- Empresa supera rivais e registra forte geração de caixa no 3T
- Allos triplica dividendos e atinge yield próximo de 14%
- Capex menor e realavancagem reforçam retorno ao acionista
A Allos (ALOS3) decidiu triplicar seus dividendos mensais a partir de dezembro e deve alcançar um dividend yield próximo de 14%, consolidando-se como a maior pagadora do setor de shoppings no Brasil. O movimento altera o padrão histórico do segmento e reforça a estratégia de priorizar retorno imediato ao acionista.
A companhia, que já distribuía cerca de R$ 50 milhões por mês, passará a pagar aproximadamente R$ 150 milhões mensais, impulsionada pela forte geração de caixa e pela redução consistente de investimentos. A mudança ocorre em um momento em que o mercado busca previsibilidade e remuneração elevada.
Allos dobra aposta no acionista e mira eficiência
A empresa informou que os dividendos devem ficar entre R$ 0,28 e R$ 0,30 por ação, reforçando a política de distribuição agressiva. O CEO Rafael Sales destacou que a estratégia está vinculada à decisão de realavancar o balanço para perto de 2x EBITDA, com foco em eficiência tributária e menor necessidade de capex em 2026.

Além disso, a Allos projeta investir entre R$ 350 milhões e R$ 450 milhões no próximo ano, valor bem abaixo dos picos históricos e menor que os R$ 450–550 milhões investidos em 2025. Antes da fusão entre BR Malls e Aliansce Sonae, o gasto conjunto ultrapassava R$ 850 milhões por ano, o que evidencia a mudança estrutural.
Esse reposicionamento torna a companhia mais leve, com foco em rentabilidade e retorno ao investidor, reduzindo a volatilidade operacional e aumentando a previsibilidade de caixa.

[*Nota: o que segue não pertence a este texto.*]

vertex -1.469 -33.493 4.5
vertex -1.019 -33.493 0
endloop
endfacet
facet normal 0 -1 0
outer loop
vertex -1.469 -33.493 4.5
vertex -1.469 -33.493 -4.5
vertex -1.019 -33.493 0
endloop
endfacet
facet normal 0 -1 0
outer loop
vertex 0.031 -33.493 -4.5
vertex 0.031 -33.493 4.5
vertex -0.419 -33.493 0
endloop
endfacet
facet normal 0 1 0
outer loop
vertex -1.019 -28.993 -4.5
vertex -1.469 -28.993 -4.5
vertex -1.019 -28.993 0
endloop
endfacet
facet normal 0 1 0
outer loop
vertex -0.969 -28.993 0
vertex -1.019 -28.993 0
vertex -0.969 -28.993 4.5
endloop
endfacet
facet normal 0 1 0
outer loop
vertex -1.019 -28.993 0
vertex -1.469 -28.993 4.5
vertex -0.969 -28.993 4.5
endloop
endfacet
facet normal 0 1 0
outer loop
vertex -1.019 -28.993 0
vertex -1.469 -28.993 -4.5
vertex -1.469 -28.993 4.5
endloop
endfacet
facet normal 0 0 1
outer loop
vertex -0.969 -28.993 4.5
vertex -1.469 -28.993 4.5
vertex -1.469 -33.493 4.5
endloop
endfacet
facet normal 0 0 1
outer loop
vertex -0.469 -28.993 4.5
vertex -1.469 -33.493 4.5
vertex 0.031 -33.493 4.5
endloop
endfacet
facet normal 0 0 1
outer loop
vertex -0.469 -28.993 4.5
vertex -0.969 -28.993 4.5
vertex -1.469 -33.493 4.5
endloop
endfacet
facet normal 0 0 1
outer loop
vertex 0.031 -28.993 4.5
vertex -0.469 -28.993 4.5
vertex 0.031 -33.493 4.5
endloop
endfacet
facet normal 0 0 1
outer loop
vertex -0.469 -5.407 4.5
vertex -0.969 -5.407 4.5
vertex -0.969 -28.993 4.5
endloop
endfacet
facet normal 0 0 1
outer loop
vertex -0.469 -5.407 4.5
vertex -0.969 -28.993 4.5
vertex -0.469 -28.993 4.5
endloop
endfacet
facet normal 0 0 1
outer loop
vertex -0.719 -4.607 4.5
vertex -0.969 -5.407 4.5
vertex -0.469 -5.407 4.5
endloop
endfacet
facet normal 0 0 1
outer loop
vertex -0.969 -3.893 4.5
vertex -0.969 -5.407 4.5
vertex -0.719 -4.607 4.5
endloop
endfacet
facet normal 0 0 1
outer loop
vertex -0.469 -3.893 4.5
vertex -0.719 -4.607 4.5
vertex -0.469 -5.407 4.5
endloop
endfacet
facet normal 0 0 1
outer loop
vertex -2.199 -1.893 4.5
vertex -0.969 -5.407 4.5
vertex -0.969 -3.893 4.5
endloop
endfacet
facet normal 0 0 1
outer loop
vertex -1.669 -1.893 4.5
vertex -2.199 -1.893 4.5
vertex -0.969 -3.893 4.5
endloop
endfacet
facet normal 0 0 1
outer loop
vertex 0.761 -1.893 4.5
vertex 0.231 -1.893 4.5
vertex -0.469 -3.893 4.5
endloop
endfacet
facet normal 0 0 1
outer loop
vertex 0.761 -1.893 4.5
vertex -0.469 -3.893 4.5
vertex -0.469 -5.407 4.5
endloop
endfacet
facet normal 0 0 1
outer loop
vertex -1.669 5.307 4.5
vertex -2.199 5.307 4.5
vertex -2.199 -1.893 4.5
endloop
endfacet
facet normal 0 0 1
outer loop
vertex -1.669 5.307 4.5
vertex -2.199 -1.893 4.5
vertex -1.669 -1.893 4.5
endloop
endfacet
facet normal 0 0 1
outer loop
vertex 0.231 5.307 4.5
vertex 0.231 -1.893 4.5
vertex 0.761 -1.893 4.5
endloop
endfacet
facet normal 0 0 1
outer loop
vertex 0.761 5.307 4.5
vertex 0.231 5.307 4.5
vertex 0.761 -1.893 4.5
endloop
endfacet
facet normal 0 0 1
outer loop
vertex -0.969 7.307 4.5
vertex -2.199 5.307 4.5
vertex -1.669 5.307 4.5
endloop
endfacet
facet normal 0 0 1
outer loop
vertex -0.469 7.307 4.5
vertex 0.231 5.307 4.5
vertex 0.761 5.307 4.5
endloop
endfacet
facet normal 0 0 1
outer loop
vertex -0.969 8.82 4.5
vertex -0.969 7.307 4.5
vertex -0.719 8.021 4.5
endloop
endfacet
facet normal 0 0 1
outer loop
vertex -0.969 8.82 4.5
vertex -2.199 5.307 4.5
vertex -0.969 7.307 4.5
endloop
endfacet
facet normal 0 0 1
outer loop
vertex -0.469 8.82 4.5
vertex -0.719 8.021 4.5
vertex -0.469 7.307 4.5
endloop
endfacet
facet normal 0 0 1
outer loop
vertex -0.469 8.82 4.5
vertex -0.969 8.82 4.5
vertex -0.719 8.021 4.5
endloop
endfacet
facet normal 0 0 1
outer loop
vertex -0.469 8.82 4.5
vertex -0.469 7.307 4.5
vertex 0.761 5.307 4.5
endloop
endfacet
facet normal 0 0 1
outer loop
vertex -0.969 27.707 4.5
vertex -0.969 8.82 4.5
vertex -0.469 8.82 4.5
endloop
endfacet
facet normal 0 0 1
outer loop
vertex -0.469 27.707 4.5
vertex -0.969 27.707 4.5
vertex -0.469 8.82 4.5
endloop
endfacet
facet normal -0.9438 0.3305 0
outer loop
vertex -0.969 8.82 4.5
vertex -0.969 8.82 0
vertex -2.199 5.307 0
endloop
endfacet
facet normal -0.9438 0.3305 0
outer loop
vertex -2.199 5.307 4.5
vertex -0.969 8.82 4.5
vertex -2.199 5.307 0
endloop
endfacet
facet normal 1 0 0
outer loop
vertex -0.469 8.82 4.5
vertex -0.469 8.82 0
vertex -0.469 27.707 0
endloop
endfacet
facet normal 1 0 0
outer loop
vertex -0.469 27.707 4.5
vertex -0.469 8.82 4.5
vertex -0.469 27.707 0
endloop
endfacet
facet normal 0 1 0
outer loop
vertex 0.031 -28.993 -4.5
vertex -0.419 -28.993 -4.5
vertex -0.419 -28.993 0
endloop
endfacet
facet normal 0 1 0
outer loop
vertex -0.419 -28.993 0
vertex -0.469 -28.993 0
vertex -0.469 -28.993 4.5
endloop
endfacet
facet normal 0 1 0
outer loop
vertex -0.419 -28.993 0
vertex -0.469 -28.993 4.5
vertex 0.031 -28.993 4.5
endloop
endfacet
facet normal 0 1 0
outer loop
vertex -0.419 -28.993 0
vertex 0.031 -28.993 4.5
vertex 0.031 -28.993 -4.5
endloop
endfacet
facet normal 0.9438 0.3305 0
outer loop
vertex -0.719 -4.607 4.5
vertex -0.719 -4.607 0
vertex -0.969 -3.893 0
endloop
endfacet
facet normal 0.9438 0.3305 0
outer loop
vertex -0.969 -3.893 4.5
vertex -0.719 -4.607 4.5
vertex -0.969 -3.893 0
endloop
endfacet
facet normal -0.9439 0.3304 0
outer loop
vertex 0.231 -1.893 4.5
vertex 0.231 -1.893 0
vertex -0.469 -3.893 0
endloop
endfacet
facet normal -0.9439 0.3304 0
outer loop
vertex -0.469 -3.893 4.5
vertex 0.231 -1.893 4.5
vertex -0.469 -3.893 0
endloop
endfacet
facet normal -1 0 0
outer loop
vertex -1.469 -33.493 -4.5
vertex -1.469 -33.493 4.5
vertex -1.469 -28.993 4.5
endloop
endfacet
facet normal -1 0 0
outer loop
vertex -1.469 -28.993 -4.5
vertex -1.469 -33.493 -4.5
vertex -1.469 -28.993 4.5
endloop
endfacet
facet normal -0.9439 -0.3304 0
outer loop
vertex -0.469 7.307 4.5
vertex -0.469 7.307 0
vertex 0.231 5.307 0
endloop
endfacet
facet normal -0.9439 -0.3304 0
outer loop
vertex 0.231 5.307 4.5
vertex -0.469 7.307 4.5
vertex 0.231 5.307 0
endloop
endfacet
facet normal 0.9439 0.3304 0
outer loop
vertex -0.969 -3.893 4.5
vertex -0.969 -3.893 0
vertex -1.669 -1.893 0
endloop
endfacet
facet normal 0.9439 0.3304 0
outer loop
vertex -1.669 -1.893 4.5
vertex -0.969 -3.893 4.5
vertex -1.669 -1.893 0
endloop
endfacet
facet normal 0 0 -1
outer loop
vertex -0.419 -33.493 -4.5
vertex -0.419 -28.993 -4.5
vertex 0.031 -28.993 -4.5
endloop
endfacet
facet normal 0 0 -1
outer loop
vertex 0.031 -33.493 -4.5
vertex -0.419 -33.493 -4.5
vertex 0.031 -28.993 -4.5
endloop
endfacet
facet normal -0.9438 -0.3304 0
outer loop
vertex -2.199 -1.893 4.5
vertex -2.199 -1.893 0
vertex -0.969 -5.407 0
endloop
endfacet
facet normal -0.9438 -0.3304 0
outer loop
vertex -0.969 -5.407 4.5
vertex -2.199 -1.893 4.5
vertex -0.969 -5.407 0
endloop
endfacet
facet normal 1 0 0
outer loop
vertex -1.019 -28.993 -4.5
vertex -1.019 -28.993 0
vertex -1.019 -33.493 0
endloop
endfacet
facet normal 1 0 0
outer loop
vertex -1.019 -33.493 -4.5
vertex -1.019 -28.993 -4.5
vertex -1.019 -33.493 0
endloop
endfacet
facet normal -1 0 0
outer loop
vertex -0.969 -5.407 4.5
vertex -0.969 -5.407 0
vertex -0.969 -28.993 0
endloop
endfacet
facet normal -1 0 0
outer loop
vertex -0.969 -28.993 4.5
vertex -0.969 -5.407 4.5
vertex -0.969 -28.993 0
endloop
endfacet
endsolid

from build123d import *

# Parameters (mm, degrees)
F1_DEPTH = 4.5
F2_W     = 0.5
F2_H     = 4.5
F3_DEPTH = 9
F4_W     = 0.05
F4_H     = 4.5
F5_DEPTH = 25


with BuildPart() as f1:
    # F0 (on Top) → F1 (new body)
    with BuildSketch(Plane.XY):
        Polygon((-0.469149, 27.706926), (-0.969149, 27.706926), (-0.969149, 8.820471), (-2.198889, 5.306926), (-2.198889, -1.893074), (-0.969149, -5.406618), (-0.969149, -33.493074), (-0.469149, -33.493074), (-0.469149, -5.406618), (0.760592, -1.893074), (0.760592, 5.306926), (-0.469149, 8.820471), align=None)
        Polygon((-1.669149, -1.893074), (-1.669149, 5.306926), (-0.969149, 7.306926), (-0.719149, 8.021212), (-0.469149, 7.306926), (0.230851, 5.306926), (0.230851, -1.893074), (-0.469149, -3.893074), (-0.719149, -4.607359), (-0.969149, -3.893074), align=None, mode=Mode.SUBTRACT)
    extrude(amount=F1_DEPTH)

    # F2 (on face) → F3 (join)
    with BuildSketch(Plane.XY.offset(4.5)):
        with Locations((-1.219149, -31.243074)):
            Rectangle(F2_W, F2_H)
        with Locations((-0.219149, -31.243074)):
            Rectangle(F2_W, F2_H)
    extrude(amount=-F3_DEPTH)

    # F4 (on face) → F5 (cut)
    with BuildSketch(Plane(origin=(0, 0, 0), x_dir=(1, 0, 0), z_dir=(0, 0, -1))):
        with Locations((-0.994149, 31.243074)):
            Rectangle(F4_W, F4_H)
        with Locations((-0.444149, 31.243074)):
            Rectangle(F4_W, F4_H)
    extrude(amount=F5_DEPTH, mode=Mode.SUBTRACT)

Dividend yield dispara e deixa concorrentes para trás
Com yield de quase 14%, a Allos se distancia de rivais diretas: Multiplan (4%) e Iguatemi (2,8%). A remuneração supera até mesmo grandes FIIs do setor, como o XP Malls, que gira próximo de 11%. O avanço coloca a companhia em posição dominante entre os ativos de renda recorrente.
O anúncio dos dividendos veio junto ao balanço do 3º trimestre, que trouxe alta de 5,5% nas vendas, 6% nas receitas e queda de 8% nos custos operacionais. Ademais, as despesas da holding ficaram estáveis, o que levou o EBITDA a crescer 7% no período.
Desse modo, o FFO avançou 3%, para R$ 304,5 milhões, e o FFO por ação subiu 9% após o programa de recompra e cancelamento de ações, melhorando o retorno individual do acionista.
Alavancagem controlada reforça segurança da tese
A Allos encerrou o trimestre com 1,7x EBITDA de alavancagem. Caso mantivesse a distribuição anterior, a métrica cairia para perto de 1,3x em 2026, devido à forte geração de caixa. No entanto, a empresa pretende operar próxima de 2x, aproveitando a queda dos juros.
Além disso, a redução do endividamento veio após o desinvestimento de 13 ativos, que gerou R$ 2,5 bilhões em caixa e acelerou a desalavancagem desde a fusão. O movimento consolidou o modelo atual, baseado em eficiência, menor risco e maior retorno ao investidor.
Com a melhora operacional, a ação fechou a R$ 27,09, a maior cotação em 12 meses. Por fim, a Allos negocia a 10x preço/FFO, abaixo dos múltiplos de Iguatemi (11,5x) e Multiplan (12,1x), apesar do DY superior.